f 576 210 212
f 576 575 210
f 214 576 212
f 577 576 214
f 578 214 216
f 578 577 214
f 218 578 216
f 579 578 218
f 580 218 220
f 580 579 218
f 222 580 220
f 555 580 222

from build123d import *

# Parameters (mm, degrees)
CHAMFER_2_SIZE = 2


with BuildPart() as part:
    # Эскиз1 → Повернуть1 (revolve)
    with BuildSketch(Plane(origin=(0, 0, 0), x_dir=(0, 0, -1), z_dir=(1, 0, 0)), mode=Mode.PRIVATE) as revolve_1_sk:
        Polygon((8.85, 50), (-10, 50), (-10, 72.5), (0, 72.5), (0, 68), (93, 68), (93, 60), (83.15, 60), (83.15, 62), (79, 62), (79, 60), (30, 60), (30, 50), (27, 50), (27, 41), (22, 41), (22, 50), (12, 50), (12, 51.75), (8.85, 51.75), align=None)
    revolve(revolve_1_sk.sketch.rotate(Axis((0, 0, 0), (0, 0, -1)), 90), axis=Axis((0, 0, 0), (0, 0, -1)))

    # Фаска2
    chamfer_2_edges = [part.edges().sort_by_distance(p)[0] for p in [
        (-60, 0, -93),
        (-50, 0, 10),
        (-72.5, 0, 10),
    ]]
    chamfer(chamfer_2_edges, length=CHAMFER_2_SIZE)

What the task asks: All entries must be duplicated exactly, with none left out.

Solution:
f 576 210 212
f 576 575 210
f 214 576 212
f 577 576 214
f 578 214 216
f 578 577 214
f 218 578 216
f 579 578 218
f 580 218 220
f 580 579 218
f 222 580 220
f 555 580 222

from build123d import *

# Parameters (mm, degrees)
CHAMFER_2_SIZE = 2


with BuildPart() as part:
    # Эскиз1 → Повернуть1 (revolve)
    with BuildSketch(Plane(origin=(0, 0, 0), x_dir=(0, 0, -1), z_dir=(1, 0, 0)), mode=Mode.PRIVATE) as revolve_1_sk:
        Polygon((8.85, 50), (-10, 50), (-10, 72.5), (0, 72.5), (0, 68), (93, 68), (93, 60), (83.15, 60), (83.15, 62), (79, 62), (79, 60), (30, 60), (30, 50), (27, 50), (27, 41), (22, 41), (22, 50), (12, 50), (12, 51.75), (8.85, 51.75), align=None)
    revolve(revolve_1_sk.sketch.rotate(Axis((0, 0, 0), (0, 0, -1)), 90), axis=Axis((0, 0, 0), (0, 0, -1)))

    # Фаска2
    chamfer_2_edges = [part.edges().sort_by_distance(p)[0] for p in [
        (-60, 0, -93),
        (-50, 0, 10),
        (-72.5, 0, 10),
    ]]
    chamfer(chamfer_2_edges, length=CHAMFER_2_SIZE)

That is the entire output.